ASSIGNMENT - Where the line with "#38=LINE('',#29,#37);" appears below, start writing out lines exactly, and finish with the line with "#56=VERTEX_POINT('',#55);", which is included; write out nothing else.

-.-.-

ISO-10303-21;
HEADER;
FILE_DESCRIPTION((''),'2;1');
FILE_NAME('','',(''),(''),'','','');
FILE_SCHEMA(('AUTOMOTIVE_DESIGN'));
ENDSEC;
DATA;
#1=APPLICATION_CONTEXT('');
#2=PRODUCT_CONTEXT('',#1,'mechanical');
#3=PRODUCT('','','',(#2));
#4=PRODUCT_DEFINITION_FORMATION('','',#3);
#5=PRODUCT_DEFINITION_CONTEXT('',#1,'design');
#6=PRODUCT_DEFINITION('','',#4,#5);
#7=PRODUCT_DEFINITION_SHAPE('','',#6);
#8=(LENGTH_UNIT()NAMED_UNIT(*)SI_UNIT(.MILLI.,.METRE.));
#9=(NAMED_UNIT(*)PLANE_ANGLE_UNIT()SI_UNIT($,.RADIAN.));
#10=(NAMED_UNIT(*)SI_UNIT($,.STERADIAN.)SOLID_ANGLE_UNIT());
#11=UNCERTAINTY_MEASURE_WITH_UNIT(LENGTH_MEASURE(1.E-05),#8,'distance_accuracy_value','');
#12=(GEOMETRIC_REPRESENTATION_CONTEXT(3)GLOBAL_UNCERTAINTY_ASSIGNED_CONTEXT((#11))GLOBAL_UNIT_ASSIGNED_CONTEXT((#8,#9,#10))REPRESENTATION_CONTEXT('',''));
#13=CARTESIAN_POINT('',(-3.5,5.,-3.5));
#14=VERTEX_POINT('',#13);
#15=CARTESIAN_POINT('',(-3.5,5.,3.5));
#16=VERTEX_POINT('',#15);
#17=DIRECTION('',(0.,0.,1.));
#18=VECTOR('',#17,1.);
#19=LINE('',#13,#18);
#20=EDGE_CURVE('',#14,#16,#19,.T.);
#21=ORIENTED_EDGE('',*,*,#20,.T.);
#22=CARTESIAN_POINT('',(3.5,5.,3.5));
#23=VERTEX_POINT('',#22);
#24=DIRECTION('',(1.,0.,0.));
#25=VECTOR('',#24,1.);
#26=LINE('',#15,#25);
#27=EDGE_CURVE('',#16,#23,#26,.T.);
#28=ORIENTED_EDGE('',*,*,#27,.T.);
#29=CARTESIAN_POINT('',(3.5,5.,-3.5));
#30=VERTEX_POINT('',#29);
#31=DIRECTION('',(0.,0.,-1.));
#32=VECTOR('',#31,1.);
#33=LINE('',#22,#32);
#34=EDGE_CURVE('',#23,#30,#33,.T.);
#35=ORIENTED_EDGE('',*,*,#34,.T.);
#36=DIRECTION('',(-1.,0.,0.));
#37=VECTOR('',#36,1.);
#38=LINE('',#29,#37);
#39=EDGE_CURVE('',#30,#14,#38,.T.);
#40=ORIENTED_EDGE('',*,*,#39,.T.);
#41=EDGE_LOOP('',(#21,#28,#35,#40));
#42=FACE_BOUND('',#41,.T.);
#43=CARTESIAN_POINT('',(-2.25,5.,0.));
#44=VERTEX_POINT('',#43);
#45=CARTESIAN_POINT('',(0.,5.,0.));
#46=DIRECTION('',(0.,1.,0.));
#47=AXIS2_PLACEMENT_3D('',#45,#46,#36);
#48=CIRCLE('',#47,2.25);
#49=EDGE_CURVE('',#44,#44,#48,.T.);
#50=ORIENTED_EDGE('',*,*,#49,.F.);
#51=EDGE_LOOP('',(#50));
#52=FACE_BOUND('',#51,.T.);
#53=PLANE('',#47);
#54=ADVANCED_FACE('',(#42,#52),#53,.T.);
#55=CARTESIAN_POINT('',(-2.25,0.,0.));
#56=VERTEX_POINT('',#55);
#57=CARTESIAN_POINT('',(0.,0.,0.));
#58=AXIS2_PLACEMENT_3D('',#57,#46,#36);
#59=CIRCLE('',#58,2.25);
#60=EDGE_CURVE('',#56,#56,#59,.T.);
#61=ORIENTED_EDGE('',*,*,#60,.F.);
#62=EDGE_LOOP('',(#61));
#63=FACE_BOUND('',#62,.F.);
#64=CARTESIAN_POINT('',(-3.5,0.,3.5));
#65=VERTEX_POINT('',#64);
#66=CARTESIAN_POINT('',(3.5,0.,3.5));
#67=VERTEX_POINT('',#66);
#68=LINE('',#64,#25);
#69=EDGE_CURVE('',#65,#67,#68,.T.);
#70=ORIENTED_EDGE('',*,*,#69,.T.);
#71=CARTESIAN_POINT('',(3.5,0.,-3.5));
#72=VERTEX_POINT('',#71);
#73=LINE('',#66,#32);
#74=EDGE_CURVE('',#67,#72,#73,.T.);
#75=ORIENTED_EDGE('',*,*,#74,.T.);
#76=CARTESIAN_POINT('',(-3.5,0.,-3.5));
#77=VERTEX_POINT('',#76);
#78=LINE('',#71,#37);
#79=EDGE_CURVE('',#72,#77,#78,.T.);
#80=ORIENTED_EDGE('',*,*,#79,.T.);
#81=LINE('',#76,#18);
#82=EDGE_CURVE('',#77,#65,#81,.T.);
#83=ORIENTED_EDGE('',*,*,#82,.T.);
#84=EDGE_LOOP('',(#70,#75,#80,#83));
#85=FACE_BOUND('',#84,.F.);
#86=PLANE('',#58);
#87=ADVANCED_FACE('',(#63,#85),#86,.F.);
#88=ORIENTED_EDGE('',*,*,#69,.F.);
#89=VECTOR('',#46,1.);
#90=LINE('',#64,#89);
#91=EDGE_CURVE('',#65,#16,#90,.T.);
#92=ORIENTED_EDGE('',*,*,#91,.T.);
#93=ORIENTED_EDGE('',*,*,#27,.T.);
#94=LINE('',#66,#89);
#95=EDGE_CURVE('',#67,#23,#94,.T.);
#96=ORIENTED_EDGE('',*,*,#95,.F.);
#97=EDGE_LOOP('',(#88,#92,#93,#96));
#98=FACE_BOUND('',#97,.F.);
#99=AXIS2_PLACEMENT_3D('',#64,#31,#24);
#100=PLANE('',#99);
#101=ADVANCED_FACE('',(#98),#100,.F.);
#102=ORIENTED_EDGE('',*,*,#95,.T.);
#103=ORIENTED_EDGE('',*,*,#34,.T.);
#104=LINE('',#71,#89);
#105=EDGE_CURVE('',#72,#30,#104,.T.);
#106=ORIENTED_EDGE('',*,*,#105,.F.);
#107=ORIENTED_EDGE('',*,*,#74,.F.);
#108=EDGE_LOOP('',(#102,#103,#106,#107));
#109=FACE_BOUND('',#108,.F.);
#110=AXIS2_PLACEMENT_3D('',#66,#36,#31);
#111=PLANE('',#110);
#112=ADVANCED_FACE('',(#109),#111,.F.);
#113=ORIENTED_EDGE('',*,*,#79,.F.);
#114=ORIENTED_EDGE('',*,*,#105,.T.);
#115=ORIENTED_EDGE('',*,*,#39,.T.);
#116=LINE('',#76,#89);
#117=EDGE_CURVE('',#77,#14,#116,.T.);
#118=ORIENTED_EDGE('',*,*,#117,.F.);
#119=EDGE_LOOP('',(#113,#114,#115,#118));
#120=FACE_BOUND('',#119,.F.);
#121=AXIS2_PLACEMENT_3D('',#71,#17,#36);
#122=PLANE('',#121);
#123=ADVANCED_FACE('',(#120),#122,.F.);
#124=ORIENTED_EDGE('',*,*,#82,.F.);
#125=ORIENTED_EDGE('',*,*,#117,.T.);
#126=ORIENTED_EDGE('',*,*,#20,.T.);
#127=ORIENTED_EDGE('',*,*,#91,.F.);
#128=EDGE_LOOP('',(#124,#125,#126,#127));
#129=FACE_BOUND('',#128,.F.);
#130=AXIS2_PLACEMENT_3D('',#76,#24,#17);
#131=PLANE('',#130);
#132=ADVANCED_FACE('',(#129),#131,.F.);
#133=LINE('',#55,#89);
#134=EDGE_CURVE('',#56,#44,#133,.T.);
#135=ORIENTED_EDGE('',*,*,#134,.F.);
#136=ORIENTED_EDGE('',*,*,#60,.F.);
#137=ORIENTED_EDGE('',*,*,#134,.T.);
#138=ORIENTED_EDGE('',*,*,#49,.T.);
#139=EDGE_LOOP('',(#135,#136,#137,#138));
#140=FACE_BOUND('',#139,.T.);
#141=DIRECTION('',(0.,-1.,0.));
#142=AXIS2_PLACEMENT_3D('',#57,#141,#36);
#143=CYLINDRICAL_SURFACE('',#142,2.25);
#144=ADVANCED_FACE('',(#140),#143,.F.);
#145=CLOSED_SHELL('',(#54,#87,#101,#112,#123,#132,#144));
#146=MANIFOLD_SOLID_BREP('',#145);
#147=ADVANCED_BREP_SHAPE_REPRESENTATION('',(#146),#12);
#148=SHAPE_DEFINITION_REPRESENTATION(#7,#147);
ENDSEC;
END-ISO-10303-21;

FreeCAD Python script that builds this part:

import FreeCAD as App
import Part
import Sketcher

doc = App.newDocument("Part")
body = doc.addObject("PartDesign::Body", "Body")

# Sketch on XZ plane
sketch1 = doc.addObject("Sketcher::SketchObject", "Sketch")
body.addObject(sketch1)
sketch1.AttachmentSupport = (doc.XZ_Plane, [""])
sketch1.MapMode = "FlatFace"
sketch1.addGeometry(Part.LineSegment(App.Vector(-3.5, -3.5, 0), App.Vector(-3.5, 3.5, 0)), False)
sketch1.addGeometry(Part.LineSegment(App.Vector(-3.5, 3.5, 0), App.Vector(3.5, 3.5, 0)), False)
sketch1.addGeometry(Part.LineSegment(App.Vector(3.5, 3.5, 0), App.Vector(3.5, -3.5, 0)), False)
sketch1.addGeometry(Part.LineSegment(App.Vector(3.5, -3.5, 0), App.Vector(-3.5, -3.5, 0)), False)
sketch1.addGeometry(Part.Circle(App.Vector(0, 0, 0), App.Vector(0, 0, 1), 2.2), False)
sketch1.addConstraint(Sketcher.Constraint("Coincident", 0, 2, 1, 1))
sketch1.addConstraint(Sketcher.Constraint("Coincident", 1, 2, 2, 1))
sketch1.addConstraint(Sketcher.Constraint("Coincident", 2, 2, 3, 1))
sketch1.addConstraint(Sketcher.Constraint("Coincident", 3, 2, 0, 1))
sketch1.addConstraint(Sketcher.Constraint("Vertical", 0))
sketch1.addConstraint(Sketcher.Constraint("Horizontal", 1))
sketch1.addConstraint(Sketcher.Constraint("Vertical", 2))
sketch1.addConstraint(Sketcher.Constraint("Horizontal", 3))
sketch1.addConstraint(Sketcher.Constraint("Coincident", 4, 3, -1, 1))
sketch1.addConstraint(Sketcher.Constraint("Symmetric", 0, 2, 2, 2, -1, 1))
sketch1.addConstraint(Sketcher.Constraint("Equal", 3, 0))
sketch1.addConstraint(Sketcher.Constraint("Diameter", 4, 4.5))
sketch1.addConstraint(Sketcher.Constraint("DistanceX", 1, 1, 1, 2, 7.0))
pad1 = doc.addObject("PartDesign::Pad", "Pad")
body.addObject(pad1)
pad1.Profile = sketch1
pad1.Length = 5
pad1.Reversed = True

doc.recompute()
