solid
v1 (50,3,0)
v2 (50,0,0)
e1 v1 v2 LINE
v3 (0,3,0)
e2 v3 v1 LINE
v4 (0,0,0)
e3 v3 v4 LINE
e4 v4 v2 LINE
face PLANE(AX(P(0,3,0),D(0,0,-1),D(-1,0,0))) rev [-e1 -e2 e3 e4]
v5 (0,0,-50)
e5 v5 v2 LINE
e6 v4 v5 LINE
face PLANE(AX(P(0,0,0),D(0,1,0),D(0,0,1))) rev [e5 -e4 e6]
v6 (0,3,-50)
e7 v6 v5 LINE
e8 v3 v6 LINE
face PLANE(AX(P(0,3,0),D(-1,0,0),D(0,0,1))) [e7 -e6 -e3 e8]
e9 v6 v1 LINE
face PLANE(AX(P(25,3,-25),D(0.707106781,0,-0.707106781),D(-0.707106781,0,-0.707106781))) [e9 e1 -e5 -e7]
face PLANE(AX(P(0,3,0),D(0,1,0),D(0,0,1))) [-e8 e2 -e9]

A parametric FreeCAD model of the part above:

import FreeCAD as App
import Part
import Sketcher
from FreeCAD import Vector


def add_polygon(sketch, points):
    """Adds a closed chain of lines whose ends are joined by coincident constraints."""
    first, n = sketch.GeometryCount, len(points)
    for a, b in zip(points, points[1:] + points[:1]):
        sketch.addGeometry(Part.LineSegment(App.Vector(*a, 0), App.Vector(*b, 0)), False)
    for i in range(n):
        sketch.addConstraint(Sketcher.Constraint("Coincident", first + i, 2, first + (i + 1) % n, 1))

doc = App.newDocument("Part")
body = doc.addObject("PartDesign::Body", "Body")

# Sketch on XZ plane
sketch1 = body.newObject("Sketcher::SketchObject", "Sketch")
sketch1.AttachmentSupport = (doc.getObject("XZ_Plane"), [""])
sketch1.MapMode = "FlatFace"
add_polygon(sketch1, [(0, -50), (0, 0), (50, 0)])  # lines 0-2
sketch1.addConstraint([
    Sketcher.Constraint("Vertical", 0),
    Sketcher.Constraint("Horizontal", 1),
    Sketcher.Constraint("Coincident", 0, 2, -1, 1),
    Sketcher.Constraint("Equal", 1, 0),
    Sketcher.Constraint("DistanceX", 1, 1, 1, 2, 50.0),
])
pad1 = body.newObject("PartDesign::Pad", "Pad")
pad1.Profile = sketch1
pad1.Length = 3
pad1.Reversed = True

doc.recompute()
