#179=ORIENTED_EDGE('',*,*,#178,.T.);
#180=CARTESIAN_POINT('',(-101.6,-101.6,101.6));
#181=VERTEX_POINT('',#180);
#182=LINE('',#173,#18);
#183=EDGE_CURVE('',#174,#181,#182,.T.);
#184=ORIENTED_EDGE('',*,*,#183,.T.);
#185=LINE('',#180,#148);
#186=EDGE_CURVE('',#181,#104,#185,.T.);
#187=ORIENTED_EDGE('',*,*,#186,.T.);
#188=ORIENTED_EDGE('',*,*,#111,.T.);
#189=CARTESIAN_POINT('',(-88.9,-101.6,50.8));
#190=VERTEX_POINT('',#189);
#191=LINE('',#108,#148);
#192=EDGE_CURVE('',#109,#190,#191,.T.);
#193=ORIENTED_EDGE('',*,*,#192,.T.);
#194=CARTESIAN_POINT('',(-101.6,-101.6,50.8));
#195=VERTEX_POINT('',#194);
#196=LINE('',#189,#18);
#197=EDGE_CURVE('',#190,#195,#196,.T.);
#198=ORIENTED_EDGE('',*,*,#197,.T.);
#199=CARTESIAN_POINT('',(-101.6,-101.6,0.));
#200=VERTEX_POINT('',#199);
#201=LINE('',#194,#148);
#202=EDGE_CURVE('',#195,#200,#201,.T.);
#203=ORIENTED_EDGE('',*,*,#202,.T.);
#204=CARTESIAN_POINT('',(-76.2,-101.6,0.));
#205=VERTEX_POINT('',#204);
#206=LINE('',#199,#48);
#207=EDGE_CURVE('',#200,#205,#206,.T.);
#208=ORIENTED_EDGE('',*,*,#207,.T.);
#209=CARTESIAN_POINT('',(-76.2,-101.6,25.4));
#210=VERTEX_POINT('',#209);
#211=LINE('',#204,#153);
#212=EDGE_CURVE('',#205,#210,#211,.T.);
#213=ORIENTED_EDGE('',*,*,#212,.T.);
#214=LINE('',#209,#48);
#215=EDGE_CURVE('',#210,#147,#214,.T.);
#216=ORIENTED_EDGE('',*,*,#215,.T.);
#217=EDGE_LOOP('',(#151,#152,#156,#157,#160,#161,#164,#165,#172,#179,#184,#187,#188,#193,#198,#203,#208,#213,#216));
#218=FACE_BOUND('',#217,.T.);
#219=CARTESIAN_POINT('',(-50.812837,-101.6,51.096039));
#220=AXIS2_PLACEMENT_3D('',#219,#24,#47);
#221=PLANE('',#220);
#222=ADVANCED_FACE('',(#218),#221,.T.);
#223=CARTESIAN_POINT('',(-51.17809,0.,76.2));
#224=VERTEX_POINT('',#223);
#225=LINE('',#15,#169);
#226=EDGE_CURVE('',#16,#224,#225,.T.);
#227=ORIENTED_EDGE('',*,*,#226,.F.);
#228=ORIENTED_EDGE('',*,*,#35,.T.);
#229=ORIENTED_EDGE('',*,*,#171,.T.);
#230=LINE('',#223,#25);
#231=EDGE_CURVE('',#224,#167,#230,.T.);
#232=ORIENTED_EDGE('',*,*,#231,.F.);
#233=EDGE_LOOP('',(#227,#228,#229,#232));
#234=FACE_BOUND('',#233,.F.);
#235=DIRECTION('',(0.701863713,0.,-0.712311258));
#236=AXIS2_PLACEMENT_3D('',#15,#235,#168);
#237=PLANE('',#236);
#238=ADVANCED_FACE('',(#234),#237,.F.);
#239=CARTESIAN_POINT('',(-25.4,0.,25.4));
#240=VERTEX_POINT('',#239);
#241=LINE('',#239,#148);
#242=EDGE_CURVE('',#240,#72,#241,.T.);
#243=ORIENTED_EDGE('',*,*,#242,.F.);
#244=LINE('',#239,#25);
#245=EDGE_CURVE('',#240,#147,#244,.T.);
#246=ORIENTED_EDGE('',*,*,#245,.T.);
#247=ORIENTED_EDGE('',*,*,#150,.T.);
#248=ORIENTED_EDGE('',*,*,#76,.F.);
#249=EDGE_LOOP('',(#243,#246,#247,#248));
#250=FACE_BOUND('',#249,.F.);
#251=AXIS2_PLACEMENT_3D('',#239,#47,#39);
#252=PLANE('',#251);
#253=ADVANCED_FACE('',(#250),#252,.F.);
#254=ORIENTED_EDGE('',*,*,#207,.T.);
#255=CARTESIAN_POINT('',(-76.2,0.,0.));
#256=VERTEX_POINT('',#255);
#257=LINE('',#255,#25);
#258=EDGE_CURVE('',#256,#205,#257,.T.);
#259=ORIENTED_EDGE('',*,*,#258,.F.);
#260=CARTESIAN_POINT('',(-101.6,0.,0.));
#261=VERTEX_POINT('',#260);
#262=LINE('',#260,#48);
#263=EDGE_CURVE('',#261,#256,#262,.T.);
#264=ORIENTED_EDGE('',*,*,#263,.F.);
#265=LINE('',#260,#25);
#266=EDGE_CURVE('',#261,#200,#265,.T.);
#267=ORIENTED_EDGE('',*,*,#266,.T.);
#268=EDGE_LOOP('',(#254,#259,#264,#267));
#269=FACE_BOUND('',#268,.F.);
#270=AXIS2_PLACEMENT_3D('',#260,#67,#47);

-.-.-

SOLUTION BELOW -
#38=LINE('',#29,#37);
#39=EDGE_CURVE('',#30,#14,#38,.T.);
#40=ORIENTED_EDGE('',*,*,#39,.T.);
#41=EDGE_LOOP('',(#21,#28,#35,#40));
#42=FACE_BOUND('',#41,.T.);
#43=CARTESIAN_POINT('',(-2.25,5.,0.));
#44=VERTEX_POINT('',#43);
#45=CARTESIAN_POINT('',(0.,5.,0.));
#46=DIRECTION('',(0.,1.,0.));
#47=AXIS2_PLACEMENT_3D('',#45,#46,#36);
#48=CIRCLE('',#47,2.25);
#49=EDGE_CURVE('',#44,#44,#48,.T.);
#50=ORIENTED_EDGE('',*,*,#49,.F.);
#51=EDGE_LOOP('',(#50));
#52=FACE_BOUND('',#51,.T.);
#53=PLANE('',#47);
#54=ADVANCED_FACE('',(#42,#52),#53,.T.);
#55=CARTESIAN_POINT('',(-2.25,0.,0.));
#56=VERTEX_POINT('',#55);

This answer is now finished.